O dinamarquês Jonas Vingegaard (Visma-Lease a Bike) continua em segundo, a 3.36 m, enquanto o belga Remco Evenepoel (Red Bull-BORA-hansgrohe) ocupa o terceiro degrau do pódio, a 4.06 m do tetravencedor do Tour.

Para o pódio, Tim Merlier levou o filho pequeno, mas não apenas para que este, ainda que bastante novo, possa um dia recordar o momento de festa da vitória do pai. Na tenda de espera da cerimónia, o belga quis que Jules pudesse pedir um autógrafo a Pogacar. Só que, no momento, o pequeno envergonhou-se. «Queres um autógrafo do Pogi?». O esloveno não perdeu tempo e assinou a camisola e o chapéu da Soudal-Quick Step de Jules.

«A visita da minha companheira [Cameron Vandenbroucke] e do meu filho Jules foi uma motivação extra para tentar conquistar a vitória. O Jules ainda é jovem, mas certamente vai lembrar-se desta vitória. Tentamos ganhar por eles, e foi especial tê-los aqui. Isso não acontece sempre. Estou muito contente. Esta manhã, até estava um pouco mais nervoso», foi contando Tim.

«Uma tripla vitória no Tour é algo realmente incrível. No ano passado perdi algumas oportunidades, mas agora isto compensa largamente e com folga. Durante a etapa, praticamente não senti nervosismo. Ainda estava calor, mas não sofri tanto como nos últimos dias. Quando cheguei ao cume na subida final, senti-me ainda mais determinado a tentar o sprint. Também tive um problema com o meu rádio», revelou Merlier sobre o facto de ter perdido a ligação com o carro da equipa.

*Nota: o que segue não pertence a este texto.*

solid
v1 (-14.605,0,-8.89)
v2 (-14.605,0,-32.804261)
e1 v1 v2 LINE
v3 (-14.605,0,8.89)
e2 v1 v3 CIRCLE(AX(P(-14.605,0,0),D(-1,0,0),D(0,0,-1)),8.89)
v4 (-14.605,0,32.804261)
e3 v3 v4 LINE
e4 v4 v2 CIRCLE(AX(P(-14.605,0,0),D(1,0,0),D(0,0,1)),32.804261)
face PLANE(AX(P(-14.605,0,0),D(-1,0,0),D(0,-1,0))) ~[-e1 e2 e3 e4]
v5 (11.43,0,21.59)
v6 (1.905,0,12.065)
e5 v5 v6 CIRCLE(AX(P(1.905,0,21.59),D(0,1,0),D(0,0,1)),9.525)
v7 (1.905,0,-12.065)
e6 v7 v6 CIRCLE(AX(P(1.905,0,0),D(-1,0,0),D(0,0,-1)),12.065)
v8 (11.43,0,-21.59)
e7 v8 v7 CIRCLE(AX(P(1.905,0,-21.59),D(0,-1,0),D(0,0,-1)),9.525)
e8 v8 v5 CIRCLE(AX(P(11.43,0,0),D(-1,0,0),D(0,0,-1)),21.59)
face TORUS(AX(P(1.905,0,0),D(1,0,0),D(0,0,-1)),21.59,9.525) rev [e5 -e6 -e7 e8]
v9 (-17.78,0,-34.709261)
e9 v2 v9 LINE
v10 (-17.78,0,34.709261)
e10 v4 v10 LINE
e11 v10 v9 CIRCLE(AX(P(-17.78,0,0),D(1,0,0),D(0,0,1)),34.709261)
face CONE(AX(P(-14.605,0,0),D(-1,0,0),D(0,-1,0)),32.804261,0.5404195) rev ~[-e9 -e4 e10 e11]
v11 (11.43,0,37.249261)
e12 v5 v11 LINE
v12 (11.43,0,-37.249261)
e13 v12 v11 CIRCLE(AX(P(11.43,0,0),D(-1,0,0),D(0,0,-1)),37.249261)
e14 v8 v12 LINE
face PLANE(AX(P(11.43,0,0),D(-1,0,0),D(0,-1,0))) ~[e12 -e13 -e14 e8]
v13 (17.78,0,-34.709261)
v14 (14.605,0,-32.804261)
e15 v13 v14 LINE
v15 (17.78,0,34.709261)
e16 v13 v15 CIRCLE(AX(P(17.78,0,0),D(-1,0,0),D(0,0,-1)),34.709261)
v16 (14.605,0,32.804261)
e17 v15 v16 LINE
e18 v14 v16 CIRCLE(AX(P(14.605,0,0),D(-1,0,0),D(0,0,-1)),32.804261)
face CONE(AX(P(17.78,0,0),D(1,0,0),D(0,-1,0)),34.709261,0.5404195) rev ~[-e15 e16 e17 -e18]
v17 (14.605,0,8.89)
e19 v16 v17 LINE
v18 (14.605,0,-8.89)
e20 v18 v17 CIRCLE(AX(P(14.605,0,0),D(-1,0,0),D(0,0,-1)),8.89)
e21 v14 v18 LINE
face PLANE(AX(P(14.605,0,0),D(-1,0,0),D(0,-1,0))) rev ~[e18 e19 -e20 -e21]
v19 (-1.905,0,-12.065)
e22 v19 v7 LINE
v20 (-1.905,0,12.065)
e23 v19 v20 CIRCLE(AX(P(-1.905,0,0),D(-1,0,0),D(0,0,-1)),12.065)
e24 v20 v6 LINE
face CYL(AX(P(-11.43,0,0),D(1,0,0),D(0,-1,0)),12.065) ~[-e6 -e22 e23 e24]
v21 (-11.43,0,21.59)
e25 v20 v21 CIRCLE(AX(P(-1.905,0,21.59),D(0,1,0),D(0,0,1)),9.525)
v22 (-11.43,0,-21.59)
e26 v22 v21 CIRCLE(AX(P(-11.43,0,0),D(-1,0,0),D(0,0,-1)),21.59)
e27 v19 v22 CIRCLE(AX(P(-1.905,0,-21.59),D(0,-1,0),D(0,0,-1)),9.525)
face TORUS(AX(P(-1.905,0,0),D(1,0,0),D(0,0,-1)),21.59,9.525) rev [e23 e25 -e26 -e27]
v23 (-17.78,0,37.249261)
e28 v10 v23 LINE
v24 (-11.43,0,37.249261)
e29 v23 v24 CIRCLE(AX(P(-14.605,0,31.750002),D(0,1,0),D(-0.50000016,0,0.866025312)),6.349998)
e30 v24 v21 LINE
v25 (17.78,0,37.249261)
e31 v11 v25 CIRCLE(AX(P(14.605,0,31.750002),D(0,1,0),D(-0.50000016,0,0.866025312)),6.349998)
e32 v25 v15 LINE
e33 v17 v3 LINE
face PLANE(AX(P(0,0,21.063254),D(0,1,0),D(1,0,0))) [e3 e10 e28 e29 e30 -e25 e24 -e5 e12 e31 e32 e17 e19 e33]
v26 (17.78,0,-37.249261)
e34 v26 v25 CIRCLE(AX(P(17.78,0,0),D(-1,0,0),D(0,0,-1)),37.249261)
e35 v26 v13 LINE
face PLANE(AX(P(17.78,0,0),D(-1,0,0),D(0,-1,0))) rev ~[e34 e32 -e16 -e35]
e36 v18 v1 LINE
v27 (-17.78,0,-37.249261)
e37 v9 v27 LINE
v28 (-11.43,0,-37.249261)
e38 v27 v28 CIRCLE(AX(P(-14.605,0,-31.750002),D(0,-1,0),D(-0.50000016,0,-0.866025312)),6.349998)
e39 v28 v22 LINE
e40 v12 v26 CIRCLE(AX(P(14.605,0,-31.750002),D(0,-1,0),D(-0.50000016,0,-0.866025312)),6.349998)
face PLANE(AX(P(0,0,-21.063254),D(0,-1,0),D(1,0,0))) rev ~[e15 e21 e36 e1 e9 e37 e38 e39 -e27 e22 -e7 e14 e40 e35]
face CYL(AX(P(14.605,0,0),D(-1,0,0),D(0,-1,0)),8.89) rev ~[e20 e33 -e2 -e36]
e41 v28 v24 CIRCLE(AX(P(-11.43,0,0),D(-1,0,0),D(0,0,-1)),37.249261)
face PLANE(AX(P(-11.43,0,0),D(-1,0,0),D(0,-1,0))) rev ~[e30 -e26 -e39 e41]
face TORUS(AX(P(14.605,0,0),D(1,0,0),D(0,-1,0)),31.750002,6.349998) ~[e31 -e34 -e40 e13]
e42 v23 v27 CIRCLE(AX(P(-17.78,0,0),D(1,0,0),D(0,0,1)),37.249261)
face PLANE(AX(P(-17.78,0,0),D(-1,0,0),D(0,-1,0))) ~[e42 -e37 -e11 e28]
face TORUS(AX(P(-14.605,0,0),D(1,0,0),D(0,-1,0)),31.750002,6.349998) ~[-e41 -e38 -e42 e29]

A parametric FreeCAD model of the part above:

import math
import FreeCAD as App
import Part
import Sketcher

V = App.Vector
Q = App.Units.Quantity


def edges_at(feature, points):
    """Names of the edges that pass closest to the given points."""
    edges = feature.Shape.Edges
    near = lambda p: min(range(len(edges)), key=lambda i: edges[i].distToShape(Part.Vertex(*p))[0])
    return sorted({f"Edge{near(p) + 1}" for p in points})

doc = App.newDocument("Part")
body = doc.addObject("PartDesign::Body", "Body")

# Sketch on XY plane
sketch1 = body.newObject("Sketcher::SketchObject", "Sketch")
sketch1.AttachmentSupport = (doc.getObject("XY_Plane"), [""])
sketch1.MapMode = "FlatFace"
sketch1.addGeometry([
    Part.ArcOfCircle(Part.Circle(V(-14.6, -31.8, 0), V(0, 0, 1), 6.3), math.radians(-120), math.radians(-60)),  # 0
    Part.LineSegment(V(-11.4, -37.2, 0), V(-11.4, -12.1, 0)),  # 1
    Part.LineSegment(V(-11.4, -12.1, 0), V(11.4, -12.1, 0)),  # 2
    Part.LineSegment(V(11.4, -12.1, 0), V(11.4, -37.2, 0)),  # 3
    Part.ArcOfCircle(Part.Circle(V(14.6, -31.8, 0), V(0, 0, 1), 6.3), math.radians(-120), math.radians(-60)),  # 4
    Part.LineSegment(V(17.8, -37.2, 0), V(17.8, -34.7, 0)),  # 5
    Part.LineSegment(V(17.8, -34.7, 0), V(14.6, -32.8, 0)),  # 6
    Part.LineSegment(V(14.6, -32.8, 0), V(14.6, -8.9, 0)),  # 7
    Part.LineSegment(V(14.6, -8.9, 0), V(-14.6, -8.9, 0)),  # 8
    Part.LineSegment(V(-14.6, -8.9, 0), V(-14.6, -32.8, 0)),  # 9
    Part.LineSegment(V(-14.6, -32.8, 0), V(-17.8, -34.7, 0)),  # 10
    Part.LineSegment(V(-17.8, -34.7, 0), V(-17.8, -37.2, 0)),  # 11
], False)
sketch1.addConstraint([
    Sketcher.Constraint("Coincident", 0, 2, 1, 1),
    Sketcher.Constraint("Coincident", 1, 2, 2, 1),
    Sketcher.Constraint("Coincident", 2, 2, 3, 1),
    Sketcher.Constraint("Coincident", 3, 2, 4, 1),
    Sketcher.Constraint("Coincident", 4, 2, 5, 1),
    Sketcher.Constraint("Coincident", 5, 2, 6, 1),
    Sketcher.Constraint("Coincident", 6, 2, 7, 1),
    Sketcher.Constraint("Coincident", 7, 2, 8, 1),
    Sketcher.Constraint("Coincident", 8, 2, 9, 1),
    Sketcher.Constraint("Coincident", 9, 2, 10, 1),
    Sketcher.Constraint("Coincident", 10, 2, 11, 1),
    Sketcher.Constraint("Coincident", 11, 2, 0, 1),
    Sketcher.Constraint("Vertical", 1),
    Sketcher.Constraint("Horizontal", 2),
    Sketcher.Constraint("Vertical", 3),
    Sketcher.Constraint("Vertical", 5),
    Sketcher.Constraint("Vertical", 7),
    Sketcher.Constraint("Horizontal", 8),
    Sketcher.Constraint("Vertical", 9),
    Sketcher.Constraint("Vertical", 11),
    Sketcher.Constraint("Equal", 0, 4),
    Sketcher.Constraint("Symmetric", 0, 3, 4, 3, -2),
    Sketcher.Constraint("Symmetric", 6, 2, 9, 2, -2),
    Sketcher.Constraint("Symmetric", 5, 2, 10, 2, -2),
    Sketcher.Constraint("Horizontal", 0, 2, 3, 2),
    Sketcher.Constraint("Horizontal", 3, 2, 4, 2),
    Sketcher.Constraint("Vertical", 4, 3, 6, 2),
    Sketcher.Constraint("Radius", 0, Q("0.2499999 in")),
    Sketcher.Constraint("DistanceX", 2, 1, 2, 2, Q("0.9 in")),
    Sketcher.Constraint("DistanceY", 5, 1, 5, 2, Q("0.1 in")),
    Sketcher.Constraint("DistanceX", 8, 2, 8, 1, Q("1.15 in")),
    Sketcher.Constraint("DistanceY", 4, 3, 7, 2, Q("0.9000001 in")),
    Sketcher.Constraint("DistanceY", 0, 3, -1, 1, Q("1.2500001 in")),
    Sketcher.Constraint("DistanceY", 1, 2, -1, 1, Q("0.475 in")),
    Sketcher.Constraint("DistanceY", 5, 2, 6, 2, Q("0.075 in")),
])
revolution = body.newObject("PartDesign::Revolution", "Revolution")
revolution.Profile = sketch1
revolution.ReferenceAxis = (sketch1, ["H_Axis"])
revolution.Angle = 90

# Sketch on XY plane
sketch2 = body.newObject("Sketcher::SketchObject", "Sketch001")
sketch2.AttachmentSupport = (doc.getObject("XY_Plane"), [""])
sketch2.MapMode = "FlatFace"
sketch2.addGeometry([
    Part.ArcOfCircle(Part.Circle(V(-14.6, -31.8, 0), V(0, 0, 1), 6.3), math.radians(-120), math.radians(-60)),  # 0
    Part.LineSegment(V(-11.4, -37.2, 0), V(-11.4, -12.1, 0)),  # 1
    Part.LineSegment(V(-11.4, -12.1, 0), V(11.4, -12.1, 0)),  # 2
    Part.LineSegment(V(11.4, -12.1, 0), V(11.4, -37.2, 0)),  # 3
    Part.ArcOfCircle(Part.Circle(V(14.6, -31.8, 0), V(0, 0, 1), 6.3), math.radians(-120), math.radians(-60)),  # 4
    Part.LineSegment(V(17.8, -37.2, 0), V(17.8, -34.7, 0)),  # 5
    Part.LineSegment(V(17.8, -34.7, 0), V(14.6, -32.8, 0)),  # 6
    Part.LineSegment(V(14.6, -32.8, 0), V(14.6, -8.9, 0)),  # 7
    Part.LineSegment(V(14.6, -8.9, 0), V(-14.6, -8.9, 0)),  # 8
    Part.LineSegment(V(-14.6, -8.9, 0), V(-14.6, -32.8, 0)),  # 9
    Part.LineSegment(V(-14.6, -32.8, 0), V(-17.8, -34.7, 0)),  # 10
    Part.LineSegment(V(-17.8, -34.7, 0), V(-17.8, -37.2, 0)),  # 11
], False)
sketch2.addConstraint([
    Sketcher.Constraint("Coincident", 0, 2, 1, 1),
    Sketcher.Constraint("Coincident", 1, 2, 2, 1),
    Sketcher.Constraint("Coincident", 2, 2, 3, 1),
    Sketcher.Constraint("Coincident", 3, 2, 4, 1),
    Sketcher.Constraint("Coincident", 4, 2, 5, 1),
    Sketcher.Constraint("Coincident", 5, 2, 6, 1),
    Sketcher.Constraint("Coincident", 6, 2, 7, 1),
    Sketcher.Constraint("Coincident", 7, 2, 8, 1),
    Sketcher.Constraint("Coincident", 8, 2, 9, 1),
    Sketcher.Constraint("Coincident", 9, 2, 10, 1),
    Sketcher.Constraint("Coincident", 10, 2, 11, 1),
    Sketcher.Constraint("Coincident", 11, 2, 0, 1),
    Sketcher.Constraint("Vertical", 1),
    Sketcher.Constraint("Horizontal", 2),
    Sketcher.Constraint("Vertical", 3),
    Sketcher.Constraint("Vertical", 5),
    Sketcher.Constraint("Vertical", 7),
    Sketcher.Constraint("Horizontal", 8),
    Sketcher.Constraint("Vertical", 9),
    Sketcher.Constraint("Vertical", 11),
    Sketcher.Constraint("Equal", 0, 4),
    Sketcher.Constraint("Symmetric", 0, 3, 4, 3, -2),
    Sketcher.Constraint("Symmetric", 6, 2, 9, 2, -2),
    Sketcher.Constraint("Symmetric", 5, 2, 10, 2, -2),
    Sketcher.Constraint("Horizontal", 0, 2, 3, 2),
    Sketcher.Constraint("Horizontal", 3, 2, 4, 2),
    Sketcher.Constraint("Vertical", 4, 3, 6, 2),
    Sketcher.Constraint("Radius", 0, Q("0.2499999 in")),
    Sketcher.Constraint("DistanceX", 2, 1, 2, 2, Q("0.9 in")),
    Sketcher.Constraint("DistanceY", 5, 1, 5, 2, Q("0.1 in")),
    Sketcher.Constraint("DistanceX", 8, 2, 8, 1, Q("1.15 in")),
    Sketcher.Constraint("DistanceY", 4, 3, 7, 2, Q("0.9000001 in")),
    Sketcher.Constraint("DistanceY", 0, 3, -1, 1, Q("1.2500001 in")),
    Sketcher.Constraint("DistanceY", 1, 2, -1, 1, Q("0.475 in")),
    Sketcher.Constraint("DistanceY", 5, 2, 6, 2, Q("0.075 in")),
])
revolution2 = body.newObject("PartDesign::Revolution", "Revolution001")
revolution2.Profile = sketch2
revolution2.ReferenceAxis = (sketch2, ["H_Axis"])
revolution2.Angle = 90
revolution2.Reversed = True
doc.recompute()

fillet = body.newObject("PartDesign::Fillet", "Fillet")
fillet.Base = (revolution2, edges_at(revolution2, [(11.43, -12.065, 0), (-11.43, -12.065, 0)]))
fillet.Radius = Q("0.375 in")

doc.recompute()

Só que algo compensou essa falha técnica. «Hoje a comunicação entre nós foi muito melhor. O Jasper Stuyven manteve-se calmo, seguindo as minhas indicações, e eu simplesmente tive um bom dia. Além disso, sabia que este final me favorecia», acabou por confessar.

Quanto a Pogacar, preferiu, como era esperado, poupar forças para outras batalhas mais duras que se avizinham. Mas, pelo meio, ultrapassou o espanhol Miguel Indurain no ranking dos homens que na história do Tour conseguiram estar mais dias vestidos de amarelo. O esloveno, que cumpre a prova pela quinta ocasião aos 27 anos, somou o 61.º dia de amarelo. Agora persegue o belga Eddy Merckx (111) e o francês Bernard Hinault (79).

«Na etapa de amanhã há apenas uma subida e meia perto do final. Acho que vai ser um dia difícil para nós, enquanto equipa, mas o objetivo será aguentar o melhor possível, porque acredito que sábado e domingo serão dias mais importantes para a classificação geral. Vamos ver o que acontece, mas acho que hoje o melhor seria poupar forças para as outras duas etapas», justificou.